Guided by the Framework, comparability issues effecting reported comparisons were identified and addressed. Specific differences included understanding (1) definitions of planned/unplanned readmissions, (2) the nature and use of observation stays, (3) reporting of discharge against medical advice, (4) the use of CPT (Current Procedural Terminology) codes, and (5) the counting of readmissions with 24 hours of discharge. One important similarity that reminded participants that we were more similar than not was the ever-present challenge of addressing readmissions that occur outside the health system.
Adjusted comparisons revealed an opportunity for shared learning between the 2 organizations. The IMC had both lower readmission rates and mean length of stay for patients older than 65 years. In contrast, Uppsala had better results when looking at patients younger than 65 years.

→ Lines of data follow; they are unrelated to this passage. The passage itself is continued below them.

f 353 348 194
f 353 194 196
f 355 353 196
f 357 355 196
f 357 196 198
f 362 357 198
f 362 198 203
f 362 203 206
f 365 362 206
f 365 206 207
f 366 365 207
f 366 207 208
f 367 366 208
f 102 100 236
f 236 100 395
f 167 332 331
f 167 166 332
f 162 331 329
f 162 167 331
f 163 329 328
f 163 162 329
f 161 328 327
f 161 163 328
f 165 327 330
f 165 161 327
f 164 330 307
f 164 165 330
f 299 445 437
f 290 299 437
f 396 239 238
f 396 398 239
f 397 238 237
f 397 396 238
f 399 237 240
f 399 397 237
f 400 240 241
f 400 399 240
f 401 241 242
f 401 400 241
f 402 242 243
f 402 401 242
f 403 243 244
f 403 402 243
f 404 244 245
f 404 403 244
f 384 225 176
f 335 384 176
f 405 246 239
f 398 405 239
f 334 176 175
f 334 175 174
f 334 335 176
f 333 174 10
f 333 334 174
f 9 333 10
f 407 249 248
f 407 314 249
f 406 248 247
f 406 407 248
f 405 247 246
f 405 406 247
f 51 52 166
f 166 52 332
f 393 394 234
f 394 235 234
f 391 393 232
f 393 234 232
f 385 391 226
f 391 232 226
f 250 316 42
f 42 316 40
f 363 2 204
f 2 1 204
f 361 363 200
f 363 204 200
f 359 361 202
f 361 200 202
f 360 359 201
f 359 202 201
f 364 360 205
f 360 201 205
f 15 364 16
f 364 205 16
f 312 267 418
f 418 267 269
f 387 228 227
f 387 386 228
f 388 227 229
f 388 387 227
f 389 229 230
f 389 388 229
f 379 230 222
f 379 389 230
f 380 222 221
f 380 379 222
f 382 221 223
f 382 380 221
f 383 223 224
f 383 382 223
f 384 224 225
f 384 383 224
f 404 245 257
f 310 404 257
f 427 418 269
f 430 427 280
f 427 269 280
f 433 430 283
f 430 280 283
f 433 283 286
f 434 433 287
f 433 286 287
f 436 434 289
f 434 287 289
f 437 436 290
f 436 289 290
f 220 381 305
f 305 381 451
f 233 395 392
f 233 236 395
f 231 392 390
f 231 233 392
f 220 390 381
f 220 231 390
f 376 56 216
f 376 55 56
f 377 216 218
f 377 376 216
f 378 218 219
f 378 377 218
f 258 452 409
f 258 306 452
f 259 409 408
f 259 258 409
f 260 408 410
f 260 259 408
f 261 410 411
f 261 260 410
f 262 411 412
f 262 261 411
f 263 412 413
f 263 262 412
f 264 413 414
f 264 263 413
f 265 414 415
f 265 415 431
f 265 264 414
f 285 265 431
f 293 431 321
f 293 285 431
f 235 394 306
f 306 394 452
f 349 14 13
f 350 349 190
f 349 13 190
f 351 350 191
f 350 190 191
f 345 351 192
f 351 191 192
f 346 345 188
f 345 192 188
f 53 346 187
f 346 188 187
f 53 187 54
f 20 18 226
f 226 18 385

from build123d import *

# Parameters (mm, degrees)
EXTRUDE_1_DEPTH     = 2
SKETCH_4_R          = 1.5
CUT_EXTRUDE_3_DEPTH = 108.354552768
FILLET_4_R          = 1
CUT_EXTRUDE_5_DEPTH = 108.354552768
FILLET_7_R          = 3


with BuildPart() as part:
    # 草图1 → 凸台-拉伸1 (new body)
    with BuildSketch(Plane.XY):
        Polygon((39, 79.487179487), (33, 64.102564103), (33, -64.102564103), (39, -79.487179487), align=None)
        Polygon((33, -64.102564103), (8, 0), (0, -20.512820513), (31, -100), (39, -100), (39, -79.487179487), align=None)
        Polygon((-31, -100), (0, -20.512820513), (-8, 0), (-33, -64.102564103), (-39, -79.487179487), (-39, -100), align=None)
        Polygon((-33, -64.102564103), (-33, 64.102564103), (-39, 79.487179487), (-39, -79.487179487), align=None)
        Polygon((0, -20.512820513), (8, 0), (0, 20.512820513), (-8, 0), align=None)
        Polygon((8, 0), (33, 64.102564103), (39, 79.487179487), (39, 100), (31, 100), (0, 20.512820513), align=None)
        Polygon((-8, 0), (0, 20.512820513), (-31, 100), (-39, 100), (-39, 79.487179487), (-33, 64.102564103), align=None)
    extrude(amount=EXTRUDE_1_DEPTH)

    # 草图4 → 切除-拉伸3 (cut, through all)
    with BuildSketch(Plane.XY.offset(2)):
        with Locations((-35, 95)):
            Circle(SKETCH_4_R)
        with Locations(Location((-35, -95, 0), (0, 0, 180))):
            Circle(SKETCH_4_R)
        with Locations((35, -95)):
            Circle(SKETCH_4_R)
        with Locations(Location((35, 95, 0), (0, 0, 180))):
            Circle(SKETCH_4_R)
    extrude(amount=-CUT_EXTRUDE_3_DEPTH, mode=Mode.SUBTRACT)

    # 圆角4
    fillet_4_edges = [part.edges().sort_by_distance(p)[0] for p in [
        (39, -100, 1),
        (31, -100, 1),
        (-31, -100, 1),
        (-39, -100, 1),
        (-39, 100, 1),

Armed with this information, a two-day heart failure conference of care delivery leaders from Intermountain and Uppsala was held at the IMC. The goal of this conference was to examine the underlying care processes for patients with heart failure within both organizations and to highlight specific transferable mechanisms associated with improved readmission outcomes for patients with heart failure. Five targeted improvement opportunities were identified during this two-day conference. Ongoing meetings are now planned to monitor the progress of both organizations, with a follow-up conference planned for the next year.

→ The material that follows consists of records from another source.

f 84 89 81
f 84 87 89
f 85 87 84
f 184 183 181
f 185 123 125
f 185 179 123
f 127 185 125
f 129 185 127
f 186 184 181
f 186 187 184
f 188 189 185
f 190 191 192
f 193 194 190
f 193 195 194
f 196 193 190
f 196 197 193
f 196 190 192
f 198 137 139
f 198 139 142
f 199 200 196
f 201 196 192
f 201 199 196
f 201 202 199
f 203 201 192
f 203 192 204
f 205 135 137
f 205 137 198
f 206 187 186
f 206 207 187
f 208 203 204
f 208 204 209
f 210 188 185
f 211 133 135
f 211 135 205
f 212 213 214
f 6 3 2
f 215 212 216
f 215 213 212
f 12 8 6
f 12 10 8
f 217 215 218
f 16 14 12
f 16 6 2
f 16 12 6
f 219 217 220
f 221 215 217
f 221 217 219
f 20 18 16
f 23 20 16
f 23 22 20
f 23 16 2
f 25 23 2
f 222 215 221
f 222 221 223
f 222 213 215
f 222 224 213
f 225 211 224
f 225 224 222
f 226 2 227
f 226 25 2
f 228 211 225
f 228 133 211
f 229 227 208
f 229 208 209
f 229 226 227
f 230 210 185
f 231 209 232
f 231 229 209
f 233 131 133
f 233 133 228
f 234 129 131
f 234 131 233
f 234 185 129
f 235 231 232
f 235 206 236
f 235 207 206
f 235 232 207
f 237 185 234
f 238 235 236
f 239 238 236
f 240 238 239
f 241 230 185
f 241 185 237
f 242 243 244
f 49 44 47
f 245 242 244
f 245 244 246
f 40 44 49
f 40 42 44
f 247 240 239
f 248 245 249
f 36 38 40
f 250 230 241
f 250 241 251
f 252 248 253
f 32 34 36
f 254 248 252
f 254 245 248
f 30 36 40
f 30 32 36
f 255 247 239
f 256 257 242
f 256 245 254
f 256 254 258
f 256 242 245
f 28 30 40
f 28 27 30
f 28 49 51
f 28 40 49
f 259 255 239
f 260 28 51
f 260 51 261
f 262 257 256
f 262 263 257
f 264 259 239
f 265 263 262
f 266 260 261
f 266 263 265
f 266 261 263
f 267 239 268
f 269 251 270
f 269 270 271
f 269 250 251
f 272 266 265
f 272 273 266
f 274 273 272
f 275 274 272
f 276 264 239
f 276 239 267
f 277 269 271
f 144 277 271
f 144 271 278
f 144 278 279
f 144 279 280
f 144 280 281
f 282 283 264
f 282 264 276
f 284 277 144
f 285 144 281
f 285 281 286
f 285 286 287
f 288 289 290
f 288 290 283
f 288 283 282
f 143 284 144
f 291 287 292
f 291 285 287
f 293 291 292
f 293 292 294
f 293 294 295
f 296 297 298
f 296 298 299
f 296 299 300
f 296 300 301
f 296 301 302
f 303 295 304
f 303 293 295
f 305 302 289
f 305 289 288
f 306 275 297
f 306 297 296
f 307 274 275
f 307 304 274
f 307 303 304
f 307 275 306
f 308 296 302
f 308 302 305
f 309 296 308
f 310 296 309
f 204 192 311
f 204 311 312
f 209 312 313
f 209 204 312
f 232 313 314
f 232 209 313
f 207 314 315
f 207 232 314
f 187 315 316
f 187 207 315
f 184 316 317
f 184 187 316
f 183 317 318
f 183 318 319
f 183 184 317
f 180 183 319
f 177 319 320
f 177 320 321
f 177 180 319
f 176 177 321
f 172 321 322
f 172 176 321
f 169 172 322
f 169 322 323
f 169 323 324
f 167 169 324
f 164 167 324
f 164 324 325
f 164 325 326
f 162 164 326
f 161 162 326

Executing the Framework phases was not without challenges. Collaborative members needed time to understand how each health system operated and to characterize the implications that contextual differences between systems had on the care process and on measurement. Several iterations were required to gain the necessary understanding. Once understood, stakeholder engagement had to be carried out at the right level within both organizations to ensure the right clinical care and clinical data people were available to support the more detailed evaluation. Despite some of these challenges, we remain optimistic about the long-term benefits to both organizations of conducting a high-quality, disease-specific, process-level comparison.

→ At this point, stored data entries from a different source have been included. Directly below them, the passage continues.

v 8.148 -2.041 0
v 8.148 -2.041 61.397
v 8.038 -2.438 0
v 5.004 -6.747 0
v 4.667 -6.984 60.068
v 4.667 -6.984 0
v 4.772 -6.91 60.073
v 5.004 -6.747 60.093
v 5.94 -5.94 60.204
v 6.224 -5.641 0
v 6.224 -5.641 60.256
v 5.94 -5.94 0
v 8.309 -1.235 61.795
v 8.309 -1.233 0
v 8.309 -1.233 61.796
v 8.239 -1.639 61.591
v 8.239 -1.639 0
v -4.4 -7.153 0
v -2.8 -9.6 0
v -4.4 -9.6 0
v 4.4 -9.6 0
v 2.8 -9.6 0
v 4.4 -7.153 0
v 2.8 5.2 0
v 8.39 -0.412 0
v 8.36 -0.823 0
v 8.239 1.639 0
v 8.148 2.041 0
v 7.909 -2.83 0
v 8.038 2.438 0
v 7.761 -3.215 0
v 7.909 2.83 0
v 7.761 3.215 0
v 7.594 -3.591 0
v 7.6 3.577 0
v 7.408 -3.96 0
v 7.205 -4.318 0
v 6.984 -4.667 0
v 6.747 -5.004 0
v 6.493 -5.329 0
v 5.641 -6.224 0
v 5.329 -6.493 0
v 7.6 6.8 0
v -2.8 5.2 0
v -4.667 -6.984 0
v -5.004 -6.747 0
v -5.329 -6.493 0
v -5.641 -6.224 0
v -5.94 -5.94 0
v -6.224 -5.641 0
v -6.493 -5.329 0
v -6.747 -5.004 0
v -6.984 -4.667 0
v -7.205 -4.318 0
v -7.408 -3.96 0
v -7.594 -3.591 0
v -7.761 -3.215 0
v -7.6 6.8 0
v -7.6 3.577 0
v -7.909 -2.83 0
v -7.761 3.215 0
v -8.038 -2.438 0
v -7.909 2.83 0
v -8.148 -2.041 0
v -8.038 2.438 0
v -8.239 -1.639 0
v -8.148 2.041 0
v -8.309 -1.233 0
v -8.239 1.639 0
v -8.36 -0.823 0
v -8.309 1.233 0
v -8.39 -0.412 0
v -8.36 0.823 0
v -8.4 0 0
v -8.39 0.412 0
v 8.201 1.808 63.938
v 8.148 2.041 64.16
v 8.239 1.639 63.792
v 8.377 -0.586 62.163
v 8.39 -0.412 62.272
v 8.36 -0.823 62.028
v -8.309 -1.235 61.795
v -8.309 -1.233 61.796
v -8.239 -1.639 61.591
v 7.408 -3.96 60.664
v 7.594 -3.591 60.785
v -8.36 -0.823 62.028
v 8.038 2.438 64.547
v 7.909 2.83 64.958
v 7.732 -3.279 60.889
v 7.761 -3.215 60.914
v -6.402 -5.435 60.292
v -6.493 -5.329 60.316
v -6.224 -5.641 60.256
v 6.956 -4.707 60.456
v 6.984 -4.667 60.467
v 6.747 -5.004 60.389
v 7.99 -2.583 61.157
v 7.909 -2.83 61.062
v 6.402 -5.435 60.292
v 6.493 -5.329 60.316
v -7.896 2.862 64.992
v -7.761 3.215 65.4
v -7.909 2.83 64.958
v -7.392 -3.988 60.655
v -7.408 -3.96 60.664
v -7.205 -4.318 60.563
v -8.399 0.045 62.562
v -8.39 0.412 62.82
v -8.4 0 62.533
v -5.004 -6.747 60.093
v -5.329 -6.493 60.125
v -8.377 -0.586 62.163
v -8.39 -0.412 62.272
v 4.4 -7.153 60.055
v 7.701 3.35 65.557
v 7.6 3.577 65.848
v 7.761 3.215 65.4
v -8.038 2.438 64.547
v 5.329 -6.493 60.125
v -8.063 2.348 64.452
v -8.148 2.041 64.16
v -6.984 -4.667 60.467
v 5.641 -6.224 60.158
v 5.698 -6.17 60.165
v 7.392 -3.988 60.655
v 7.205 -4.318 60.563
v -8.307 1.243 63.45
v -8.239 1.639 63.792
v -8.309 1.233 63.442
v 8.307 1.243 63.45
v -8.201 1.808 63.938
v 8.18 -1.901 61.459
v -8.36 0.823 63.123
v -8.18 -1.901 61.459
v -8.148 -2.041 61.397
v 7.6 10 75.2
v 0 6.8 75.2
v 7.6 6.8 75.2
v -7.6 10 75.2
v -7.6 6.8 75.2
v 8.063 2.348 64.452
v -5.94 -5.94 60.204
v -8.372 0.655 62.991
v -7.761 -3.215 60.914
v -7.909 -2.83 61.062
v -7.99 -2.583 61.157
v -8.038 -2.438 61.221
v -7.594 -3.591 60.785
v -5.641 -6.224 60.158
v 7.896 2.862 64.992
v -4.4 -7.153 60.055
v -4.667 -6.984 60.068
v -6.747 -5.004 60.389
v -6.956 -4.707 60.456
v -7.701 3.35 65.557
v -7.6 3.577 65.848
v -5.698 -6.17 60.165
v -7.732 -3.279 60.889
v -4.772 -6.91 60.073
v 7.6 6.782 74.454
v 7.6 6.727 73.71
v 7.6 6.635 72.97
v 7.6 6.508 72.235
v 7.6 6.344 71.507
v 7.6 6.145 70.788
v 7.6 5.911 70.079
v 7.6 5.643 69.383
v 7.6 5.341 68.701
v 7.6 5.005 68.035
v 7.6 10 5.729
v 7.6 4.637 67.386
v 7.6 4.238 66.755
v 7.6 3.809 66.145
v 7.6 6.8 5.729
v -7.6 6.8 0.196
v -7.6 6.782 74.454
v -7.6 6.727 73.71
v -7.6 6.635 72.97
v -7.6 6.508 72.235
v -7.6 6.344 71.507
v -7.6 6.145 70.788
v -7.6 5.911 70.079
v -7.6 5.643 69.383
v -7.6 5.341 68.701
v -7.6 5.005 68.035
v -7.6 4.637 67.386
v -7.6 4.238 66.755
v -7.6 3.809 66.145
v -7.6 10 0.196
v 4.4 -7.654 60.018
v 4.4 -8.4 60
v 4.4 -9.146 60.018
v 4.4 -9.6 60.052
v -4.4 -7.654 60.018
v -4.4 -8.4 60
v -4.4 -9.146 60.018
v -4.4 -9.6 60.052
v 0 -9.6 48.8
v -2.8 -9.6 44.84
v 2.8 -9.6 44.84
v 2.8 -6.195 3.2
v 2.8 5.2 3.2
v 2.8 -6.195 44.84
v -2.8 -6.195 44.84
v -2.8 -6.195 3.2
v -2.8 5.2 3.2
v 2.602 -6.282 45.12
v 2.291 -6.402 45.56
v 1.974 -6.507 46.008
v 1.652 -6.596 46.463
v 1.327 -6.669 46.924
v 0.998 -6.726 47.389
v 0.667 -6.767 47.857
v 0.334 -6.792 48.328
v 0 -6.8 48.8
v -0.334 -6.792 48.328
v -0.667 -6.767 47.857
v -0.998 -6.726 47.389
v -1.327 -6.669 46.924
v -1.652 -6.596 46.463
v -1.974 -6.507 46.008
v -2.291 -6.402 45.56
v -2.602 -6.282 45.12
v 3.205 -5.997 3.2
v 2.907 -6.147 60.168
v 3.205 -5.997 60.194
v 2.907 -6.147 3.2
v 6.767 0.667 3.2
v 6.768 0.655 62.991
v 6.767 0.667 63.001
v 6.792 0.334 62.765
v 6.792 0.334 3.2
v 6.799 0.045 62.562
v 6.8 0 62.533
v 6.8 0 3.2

Based upon Intermountain's experience with both national comparisons such as the High-Value Healthcare Collaborative and international health care performance comparisons including the Sweden/Intermountain collaboration, we believe that well-executed collaboratives remain a viable approach for identifying actionable opportunities for quality improvement. Organizations interested in collaborating together must (1) remain focused on an end goal-to improve individual patient care and to maintain or lower per patient cost; (2) move beyond measurement alone, engaging clinical leaders, decision makers, and data stewards at the clinical care level to understand the process of care; and (3) use the PDSA (Plan/Do/Study/Act) cycle or similar methodology to drive specific quality improvement at the care process level.
Innovation in health systems is often constrained by the inertia of a system's existing culture, values, and practices. As a result, internal health system performance comparisons can have limited value for organizations pursuing truly innovative approaches delivering care. Well-executed, high-quality external performance comparisons provide an important tool in efforts to identify transferable improvement opportunities between health systems.